While the move is welcome news, it's also something that should be taken with a grain of salt. For one, it's not a true VPN. It's a browser proxy that collects your data for advertising purposes. And, it's not as secure as a traditional VPN.

However, it is a relatively safe choice if you don't need to hide your IP or encrypt your traffic. Plus, it's free!

Although the purchase is being handled by a private equity fund, Golden Brick Capital Management, it still falls under US and European regulations. That means the deal will be completed by December 31, and it will include an upfront payment of $100m.

Opera will retain its Oslo address and the Norwegian flag, but it will operate under a Singapore jurisdiction. Aside from the browser engine, the deal also includes 29 percent ownership of Chinese software developer nHorizon.

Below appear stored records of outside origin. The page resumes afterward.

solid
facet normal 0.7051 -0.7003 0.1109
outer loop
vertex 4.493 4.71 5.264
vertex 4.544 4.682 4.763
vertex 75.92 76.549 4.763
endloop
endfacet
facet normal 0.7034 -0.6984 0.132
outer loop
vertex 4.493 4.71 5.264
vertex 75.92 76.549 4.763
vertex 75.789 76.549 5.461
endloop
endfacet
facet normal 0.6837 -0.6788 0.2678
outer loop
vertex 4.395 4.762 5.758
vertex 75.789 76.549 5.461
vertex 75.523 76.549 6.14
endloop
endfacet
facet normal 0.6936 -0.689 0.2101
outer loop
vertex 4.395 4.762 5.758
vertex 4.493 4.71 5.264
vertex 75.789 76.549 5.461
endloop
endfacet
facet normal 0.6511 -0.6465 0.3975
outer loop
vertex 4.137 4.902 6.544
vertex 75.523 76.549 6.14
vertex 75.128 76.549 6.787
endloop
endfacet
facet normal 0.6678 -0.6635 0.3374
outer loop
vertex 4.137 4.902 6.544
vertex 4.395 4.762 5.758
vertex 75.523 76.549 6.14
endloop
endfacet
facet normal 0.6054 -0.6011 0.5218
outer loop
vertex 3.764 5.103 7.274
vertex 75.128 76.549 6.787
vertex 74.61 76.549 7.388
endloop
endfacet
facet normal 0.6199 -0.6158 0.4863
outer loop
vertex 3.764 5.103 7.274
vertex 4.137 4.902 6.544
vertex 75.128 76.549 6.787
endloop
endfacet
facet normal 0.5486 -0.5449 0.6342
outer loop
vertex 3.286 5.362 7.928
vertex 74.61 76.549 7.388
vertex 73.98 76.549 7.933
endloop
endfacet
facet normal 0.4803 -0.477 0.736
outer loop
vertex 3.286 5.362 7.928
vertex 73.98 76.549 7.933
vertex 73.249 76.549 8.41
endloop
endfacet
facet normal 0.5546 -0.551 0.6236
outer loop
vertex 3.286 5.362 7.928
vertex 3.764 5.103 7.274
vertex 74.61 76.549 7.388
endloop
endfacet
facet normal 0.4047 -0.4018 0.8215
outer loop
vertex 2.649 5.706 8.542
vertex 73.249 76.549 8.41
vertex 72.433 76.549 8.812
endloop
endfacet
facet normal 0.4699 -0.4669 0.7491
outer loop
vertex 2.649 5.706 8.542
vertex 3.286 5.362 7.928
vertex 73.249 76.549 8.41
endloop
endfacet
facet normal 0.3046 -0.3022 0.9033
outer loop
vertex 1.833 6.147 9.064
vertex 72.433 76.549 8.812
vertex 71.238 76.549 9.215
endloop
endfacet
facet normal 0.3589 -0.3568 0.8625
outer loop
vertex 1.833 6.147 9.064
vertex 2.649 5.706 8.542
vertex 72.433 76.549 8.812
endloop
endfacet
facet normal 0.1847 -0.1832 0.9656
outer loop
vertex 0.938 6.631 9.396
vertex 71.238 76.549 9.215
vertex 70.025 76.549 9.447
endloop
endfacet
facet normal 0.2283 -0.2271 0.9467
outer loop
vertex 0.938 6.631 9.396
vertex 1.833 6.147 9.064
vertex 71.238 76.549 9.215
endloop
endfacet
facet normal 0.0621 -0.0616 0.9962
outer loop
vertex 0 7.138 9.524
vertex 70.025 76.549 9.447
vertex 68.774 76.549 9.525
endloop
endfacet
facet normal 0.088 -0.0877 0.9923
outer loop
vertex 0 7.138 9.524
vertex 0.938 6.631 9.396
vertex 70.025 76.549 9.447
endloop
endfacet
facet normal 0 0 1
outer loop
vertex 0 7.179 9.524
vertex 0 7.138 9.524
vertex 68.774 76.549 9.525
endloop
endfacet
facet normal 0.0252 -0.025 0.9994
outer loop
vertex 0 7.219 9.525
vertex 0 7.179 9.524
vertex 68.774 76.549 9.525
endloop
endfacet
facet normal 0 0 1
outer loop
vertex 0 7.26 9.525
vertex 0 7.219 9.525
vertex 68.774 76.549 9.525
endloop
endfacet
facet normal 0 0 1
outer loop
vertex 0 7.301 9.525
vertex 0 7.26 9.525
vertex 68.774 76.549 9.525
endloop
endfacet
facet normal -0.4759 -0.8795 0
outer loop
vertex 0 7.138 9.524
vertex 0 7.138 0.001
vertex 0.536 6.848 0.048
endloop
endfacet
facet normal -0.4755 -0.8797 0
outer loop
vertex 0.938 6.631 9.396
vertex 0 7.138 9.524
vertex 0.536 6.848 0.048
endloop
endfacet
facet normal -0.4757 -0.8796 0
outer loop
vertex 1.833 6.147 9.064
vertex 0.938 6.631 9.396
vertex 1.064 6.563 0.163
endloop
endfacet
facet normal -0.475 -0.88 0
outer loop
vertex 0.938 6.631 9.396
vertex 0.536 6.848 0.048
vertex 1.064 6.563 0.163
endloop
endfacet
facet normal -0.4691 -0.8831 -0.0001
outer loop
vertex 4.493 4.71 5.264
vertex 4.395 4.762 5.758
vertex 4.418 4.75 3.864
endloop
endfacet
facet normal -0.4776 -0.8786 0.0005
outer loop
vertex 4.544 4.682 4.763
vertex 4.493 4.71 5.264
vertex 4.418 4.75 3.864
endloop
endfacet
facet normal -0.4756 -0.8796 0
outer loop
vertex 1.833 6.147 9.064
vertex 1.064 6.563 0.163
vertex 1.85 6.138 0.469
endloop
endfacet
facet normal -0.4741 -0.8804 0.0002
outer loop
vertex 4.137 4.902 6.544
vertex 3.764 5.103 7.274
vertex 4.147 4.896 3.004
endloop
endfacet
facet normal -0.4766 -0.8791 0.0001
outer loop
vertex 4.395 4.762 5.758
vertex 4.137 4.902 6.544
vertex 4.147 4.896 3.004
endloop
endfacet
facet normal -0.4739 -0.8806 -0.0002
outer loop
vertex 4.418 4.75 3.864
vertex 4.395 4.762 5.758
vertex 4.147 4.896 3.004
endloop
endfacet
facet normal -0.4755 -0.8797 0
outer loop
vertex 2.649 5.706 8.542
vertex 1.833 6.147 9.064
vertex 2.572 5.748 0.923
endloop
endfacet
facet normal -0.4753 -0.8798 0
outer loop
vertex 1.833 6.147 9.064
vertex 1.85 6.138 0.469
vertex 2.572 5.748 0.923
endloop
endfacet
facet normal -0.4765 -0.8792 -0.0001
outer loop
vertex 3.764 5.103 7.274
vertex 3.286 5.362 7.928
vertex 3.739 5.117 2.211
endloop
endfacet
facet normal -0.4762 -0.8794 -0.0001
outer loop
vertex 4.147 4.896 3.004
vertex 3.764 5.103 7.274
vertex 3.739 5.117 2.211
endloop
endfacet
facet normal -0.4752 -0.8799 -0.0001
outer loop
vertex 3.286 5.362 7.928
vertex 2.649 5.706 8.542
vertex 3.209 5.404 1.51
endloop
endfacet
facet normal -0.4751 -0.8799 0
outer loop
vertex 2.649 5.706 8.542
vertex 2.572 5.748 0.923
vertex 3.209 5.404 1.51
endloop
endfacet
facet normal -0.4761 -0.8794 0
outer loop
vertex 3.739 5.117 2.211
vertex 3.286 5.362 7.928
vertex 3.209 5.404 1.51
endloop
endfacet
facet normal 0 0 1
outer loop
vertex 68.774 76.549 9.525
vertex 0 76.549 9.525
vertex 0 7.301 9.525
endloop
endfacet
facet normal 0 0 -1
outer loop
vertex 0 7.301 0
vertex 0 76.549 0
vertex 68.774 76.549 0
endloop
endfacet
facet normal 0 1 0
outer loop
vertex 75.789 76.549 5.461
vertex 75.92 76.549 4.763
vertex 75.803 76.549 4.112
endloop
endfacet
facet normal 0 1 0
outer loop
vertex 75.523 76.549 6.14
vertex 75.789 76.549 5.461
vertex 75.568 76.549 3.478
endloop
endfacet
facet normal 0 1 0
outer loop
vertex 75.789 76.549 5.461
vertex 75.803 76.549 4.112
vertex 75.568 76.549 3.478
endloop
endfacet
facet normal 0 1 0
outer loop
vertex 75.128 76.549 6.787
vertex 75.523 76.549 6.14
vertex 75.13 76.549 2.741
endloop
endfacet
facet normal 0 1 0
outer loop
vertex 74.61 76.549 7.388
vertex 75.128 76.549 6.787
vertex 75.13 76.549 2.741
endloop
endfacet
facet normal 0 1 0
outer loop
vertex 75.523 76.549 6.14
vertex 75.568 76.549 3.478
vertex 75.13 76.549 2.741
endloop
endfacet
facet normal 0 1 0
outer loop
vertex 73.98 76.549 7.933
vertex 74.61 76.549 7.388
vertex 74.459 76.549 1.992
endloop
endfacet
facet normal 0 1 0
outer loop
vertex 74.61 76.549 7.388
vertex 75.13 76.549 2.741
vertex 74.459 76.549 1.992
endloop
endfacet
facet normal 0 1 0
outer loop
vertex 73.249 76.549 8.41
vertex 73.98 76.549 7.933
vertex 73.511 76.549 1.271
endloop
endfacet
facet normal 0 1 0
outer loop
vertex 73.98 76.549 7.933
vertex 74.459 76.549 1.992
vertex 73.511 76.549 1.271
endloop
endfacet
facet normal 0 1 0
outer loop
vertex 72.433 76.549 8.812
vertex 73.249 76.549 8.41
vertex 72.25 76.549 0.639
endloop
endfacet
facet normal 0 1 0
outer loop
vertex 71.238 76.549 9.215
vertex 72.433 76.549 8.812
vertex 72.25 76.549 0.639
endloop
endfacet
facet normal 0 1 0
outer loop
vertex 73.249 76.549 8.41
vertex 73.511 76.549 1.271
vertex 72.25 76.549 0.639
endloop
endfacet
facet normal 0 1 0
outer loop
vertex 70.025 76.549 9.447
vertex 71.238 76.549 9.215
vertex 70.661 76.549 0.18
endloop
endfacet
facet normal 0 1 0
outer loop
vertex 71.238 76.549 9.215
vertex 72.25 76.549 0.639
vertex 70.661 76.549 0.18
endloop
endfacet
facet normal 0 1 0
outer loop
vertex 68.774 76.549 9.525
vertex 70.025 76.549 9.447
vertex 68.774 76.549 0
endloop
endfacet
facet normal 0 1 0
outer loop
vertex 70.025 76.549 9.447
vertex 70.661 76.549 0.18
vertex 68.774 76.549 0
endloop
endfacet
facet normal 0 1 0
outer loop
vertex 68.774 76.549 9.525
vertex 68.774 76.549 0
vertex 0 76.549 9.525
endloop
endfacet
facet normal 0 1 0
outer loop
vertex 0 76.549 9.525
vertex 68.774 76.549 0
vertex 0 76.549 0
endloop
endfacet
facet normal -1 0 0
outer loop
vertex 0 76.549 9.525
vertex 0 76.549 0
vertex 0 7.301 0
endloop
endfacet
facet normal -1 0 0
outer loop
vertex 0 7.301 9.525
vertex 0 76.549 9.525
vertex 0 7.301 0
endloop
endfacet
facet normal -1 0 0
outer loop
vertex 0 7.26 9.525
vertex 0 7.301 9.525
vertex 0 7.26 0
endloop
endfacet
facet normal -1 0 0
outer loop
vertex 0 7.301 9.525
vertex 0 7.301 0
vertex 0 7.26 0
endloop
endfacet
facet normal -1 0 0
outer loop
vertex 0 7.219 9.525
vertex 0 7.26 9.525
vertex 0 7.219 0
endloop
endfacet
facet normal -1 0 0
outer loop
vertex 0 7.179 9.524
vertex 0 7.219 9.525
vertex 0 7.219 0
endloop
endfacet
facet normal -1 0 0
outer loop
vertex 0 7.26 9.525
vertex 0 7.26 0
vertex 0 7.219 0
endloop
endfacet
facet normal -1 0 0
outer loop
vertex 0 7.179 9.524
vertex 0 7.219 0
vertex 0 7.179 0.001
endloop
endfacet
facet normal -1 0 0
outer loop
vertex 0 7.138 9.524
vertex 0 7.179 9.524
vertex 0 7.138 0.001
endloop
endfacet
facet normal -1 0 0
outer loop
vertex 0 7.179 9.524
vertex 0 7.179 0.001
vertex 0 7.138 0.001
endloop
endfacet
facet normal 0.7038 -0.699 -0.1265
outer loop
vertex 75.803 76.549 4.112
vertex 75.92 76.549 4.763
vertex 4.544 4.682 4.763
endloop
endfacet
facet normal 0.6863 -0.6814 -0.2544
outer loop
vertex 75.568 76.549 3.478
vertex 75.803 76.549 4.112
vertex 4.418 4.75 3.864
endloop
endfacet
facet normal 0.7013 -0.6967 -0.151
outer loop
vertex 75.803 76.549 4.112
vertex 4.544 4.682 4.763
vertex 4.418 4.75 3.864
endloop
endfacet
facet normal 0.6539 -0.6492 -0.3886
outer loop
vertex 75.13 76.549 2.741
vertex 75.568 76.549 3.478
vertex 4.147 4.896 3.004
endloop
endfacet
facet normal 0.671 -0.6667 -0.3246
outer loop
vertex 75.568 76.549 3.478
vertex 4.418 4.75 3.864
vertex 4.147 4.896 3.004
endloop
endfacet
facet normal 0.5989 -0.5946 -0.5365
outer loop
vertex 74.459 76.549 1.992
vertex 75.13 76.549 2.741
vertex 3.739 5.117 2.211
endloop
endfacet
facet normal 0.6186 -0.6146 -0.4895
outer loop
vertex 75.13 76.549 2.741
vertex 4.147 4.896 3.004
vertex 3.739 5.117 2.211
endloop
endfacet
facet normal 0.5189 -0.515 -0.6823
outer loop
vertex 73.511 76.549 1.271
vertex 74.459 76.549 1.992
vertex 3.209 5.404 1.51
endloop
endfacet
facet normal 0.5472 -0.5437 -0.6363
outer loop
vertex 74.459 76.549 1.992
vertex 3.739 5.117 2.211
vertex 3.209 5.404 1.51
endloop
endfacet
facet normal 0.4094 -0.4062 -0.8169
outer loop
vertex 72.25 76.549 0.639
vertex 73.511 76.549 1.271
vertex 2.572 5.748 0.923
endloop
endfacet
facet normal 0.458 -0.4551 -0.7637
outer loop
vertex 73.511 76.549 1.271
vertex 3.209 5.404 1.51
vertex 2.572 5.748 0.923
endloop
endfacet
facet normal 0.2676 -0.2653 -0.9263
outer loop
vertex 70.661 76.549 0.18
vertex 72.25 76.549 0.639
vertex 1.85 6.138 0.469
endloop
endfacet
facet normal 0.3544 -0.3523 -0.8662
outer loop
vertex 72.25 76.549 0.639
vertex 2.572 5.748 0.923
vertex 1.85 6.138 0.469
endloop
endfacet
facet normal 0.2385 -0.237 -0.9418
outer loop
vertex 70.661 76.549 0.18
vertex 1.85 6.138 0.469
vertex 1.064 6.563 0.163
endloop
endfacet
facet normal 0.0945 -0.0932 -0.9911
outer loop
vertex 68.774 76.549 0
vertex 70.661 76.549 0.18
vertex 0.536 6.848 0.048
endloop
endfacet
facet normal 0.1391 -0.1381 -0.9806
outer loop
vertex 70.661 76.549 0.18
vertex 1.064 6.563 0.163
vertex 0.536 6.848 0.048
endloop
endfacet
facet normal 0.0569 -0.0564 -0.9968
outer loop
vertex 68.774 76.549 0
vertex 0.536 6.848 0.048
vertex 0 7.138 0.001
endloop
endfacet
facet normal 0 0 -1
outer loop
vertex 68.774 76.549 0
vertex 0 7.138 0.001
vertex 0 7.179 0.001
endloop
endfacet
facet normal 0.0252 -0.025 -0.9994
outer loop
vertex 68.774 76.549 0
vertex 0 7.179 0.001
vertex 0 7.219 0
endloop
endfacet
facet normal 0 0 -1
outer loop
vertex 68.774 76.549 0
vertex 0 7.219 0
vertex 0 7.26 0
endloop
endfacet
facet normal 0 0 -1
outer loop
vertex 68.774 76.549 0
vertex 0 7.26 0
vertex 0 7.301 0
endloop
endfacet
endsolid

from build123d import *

# Parameters (mm, degrees)
F1_DEPTH    = 9.525
F2_T1_DEPTH = 126.6954628883


# Not quite as in the source:
# - a fillet or chamfer that OpenCascade refuses, or shapes differently, is made with other operations: its cross-section is extruded or revolved along the edge and cut away or added


with BuildPart() as f1:
    # F0 (on Top) → F1 (new body)
    with BuildSketch(Plane.XY):
        Polygon((0, 76.5490606427), (0, 7.1380194277), (4.5535564423, 4.6766349114), (75.9337022901, 76.5490606427), align=None)
    extrude(amount=F1_DEPTH)

    # F2: fillet of radius 5.08 on 2 edges, made by hand

    # F2_s2 → F2_t1 (cut)
    with BuildSketch(Plane(origin=(-4.3499505247, -4.3799503673, 0), x_dir=(0, 0, 1), z_dir=(0.7046726854, 0.7095325267, 0))):
        with BuildLine():
            ThreePointArc((5.08, -0.0646004733), (1.4878975516, -1.5524980249), (0, -5.1446004733))
            Line((0, -5.1446004733), (0, -0.0646004733))
            Line((0, -0.0646004733), (5.08, -0.0646004733))
        make_face()
        with BuildLine():
            ThreePointArc((4.445, -0.0646004733), (8.0371024484, -1.5524980249), (9.525, -5.1446004733))
            Line((9.525, -5.1446004733), (9.525, -0.0646004733))
            Line((9.525, -0.0646004733), (4.445, -0.0646004733))
        make_face()
    extrude(amount=F2_T1_DEPTH, mode=Mode.SUBTRACT)


solid = f1.part
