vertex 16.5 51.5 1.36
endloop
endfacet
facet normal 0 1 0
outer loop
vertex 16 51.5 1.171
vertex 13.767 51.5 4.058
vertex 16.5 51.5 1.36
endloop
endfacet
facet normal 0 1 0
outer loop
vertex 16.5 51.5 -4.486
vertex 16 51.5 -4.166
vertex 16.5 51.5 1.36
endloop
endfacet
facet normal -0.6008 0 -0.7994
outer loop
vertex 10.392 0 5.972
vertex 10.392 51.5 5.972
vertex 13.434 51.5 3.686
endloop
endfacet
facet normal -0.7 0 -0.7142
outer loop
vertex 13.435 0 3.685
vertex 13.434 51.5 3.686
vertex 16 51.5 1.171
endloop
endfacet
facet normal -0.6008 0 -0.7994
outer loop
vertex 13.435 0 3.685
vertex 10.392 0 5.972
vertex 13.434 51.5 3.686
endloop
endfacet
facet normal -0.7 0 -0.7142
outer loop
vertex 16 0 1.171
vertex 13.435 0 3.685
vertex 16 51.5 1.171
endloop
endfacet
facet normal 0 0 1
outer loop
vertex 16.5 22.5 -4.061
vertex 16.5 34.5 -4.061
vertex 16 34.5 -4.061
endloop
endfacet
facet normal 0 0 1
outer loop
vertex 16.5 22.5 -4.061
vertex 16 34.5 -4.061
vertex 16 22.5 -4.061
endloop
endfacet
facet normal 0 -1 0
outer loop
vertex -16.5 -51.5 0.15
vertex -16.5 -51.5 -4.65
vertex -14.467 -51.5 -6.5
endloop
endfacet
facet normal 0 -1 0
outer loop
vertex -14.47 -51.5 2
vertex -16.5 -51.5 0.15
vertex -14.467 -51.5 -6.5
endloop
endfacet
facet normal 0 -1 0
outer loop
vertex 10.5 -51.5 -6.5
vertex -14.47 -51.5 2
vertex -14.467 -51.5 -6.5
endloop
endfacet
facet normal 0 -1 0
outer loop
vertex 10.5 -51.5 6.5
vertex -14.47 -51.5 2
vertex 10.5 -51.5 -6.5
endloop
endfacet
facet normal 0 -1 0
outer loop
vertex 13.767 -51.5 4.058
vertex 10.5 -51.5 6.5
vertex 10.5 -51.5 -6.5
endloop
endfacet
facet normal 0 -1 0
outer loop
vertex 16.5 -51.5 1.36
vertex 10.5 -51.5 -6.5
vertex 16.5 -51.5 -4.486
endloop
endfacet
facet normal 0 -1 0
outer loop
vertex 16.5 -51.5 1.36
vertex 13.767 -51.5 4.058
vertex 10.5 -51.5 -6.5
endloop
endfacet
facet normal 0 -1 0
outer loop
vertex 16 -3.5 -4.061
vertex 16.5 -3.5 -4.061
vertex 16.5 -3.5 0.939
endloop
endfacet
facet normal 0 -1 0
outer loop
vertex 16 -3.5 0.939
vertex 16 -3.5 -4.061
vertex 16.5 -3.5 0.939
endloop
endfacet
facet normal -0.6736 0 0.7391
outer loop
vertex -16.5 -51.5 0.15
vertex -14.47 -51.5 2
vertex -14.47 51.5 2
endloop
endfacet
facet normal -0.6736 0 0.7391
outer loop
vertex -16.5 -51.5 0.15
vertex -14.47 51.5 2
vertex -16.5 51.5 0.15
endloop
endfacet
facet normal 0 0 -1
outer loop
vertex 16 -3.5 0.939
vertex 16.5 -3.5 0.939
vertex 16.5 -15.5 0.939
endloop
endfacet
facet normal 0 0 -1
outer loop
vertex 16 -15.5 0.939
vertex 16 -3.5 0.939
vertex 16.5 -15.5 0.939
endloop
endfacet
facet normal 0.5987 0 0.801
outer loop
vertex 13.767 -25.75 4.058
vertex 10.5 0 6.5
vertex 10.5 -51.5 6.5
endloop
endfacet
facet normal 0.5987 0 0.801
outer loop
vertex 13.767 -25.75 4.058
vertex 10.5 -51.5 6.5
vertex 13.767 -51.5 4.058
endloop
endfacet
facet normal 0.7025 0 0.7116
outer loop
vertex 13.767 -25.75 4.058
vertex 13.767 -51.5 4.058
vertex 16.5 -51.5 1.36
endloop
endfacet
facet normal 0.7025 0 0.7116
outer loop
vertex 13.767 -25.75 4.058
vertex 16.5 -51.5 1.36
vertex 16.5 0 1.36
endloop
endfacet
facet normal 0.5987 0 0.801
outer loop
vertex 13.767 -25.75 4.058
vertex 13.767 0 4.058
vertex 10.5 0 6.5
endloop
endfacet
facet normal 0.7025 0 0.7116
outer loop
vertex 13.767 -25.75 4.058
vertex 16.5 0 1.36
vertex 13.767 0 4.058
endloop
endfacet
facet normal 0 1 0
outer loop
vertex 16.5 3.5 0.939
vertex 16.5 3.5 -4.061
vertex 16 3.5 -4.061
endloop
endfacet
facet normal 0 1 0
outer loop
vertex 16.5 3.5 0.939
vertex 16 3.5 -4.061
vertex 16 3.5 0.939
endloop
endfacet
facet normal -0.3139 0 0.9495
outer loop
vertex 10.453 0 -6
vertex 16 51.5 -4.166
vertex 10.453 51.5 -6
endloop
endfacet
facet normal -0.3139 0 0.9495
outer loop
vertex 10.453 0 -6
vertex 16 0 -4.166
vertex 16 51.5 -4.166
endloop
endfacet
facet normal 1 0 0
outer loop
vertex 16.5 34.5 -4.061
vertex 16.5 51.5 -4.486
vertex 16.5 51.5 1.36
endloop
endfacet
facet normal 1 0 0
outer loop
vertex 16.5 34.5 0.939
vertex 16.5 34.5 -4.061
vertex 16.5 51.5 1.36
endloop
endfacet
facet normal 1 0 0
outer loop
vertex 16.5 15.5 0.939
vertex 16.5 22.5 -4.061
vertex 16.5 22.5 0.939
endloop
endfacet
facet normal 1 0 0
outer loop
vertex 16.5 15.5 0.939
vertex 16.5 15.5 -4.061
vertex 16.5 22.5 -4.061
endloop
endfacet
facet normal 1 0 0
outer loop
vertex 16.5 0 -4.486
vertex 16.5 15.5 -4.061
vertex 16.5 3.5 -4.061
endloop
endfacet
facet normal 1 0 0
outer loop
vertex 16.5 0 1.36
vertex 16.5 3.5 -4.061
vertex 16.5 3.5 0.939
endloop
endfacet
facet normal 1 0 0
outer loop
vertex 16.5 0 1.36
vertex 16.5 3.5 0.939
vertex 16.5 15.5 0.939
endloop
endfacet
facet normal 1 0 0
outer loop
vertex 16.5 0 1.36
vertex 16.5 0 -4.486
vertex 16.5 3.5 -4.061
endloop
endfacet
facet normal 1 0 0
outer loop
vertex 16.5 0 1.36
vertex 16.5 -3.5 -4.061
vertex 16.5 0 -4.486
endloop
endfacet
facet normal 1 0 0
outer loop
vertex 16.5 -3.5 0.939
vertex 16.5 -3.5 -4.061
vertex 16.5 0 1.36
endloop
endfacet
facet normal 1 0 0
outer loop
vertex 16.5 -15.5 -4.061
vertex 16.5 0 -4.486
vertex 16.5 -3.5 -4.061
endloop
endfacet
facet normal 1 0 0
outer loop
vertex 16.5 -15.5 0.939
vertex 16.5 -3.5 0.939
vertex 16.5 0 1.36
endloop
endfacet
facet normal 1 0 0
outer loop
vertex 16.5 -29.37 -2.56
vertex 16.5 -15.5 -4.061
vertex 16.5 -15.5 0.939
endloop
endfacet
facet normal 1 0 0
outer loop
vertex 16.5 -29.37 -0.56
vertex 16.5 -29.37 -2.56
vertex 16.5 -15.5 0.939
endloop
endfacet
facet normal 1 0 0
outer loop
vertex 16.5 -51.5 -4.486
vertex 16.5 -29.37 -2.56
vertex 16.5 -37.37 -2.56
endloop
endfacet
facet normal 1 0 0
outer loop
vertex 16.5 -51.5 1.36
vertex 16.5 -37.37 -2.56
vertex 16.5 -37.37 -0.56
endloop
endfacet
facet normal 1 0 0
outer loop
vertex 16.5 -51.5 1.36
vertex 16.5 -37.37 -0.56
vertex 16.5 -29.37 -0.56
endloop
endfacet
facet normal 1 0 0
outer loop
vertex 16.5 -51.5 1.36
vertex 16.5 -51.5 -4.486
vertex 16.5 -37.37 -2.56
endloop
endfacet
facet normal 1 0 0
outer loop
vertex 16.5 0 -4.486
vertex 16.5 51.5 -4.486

Meanwhile, the new ownership group, led by Qihoo 360, has authority over technology corporations in China. That may be enough to compel companies to build backdoors into their products.

The move to Chromium is part of a larger shift to make Opera's software more secure. Previously, it used Presto, a rendering engine that has been in the browser for most of its life. But that was also an emotional decision, with developers spending years working on the old engine.

Opera's acquisition of ProtonVPN

In September of 2016, Opera launched its VPN service. The idea behind Opera's VPN was to shake up privacy in the web browsing industry.

Although it's easy to see why it was introduced, it's still unclear how it will change the face of the web. While the service certainly helps hide your IP, it doesn't offer end-to-end encryption, and it doesn't provide protection for your online activity.

It's also not the only thing Opera offers. This isn't to say that it's a bad product, it's just that it's not the best.

Another downside is that Opera's free VPN is not as comprehensive as its paid counterpart. That means that you'll need to spend time researching the various features before making your choice.

However, it's worth noting that Opera's free VPN is a good way to bypass geoblocks. You can choose from the best locations for your geographic needs. And while it doesn't encrypt all operating system traffic, it does provide a solid level of encryption.

For an extra dollar, you can switch to NordVPN, which has a 30-day money-back guarantee. The service is available in more than 80 countries, and it provides fast download and upload speeds.

While it's not the best VPN, it's still a worthy choice. Aside from its security capabilities, it offers a wide range of platforms. Unlike some of its competitors, it's able to unblock Netflix, Comedy Central, and HBO, as well as many other major media outlets.

Similarly, it has a remarkably slick user interface. Aside from a connect/disconnect switch, there are drop-down menus for countries and geographical locations. There's even a seven-day rolling usage curve.

Overall, Opera's free VPN isn't as effective as its paid counterpart, but it's an interesting product that should be considered.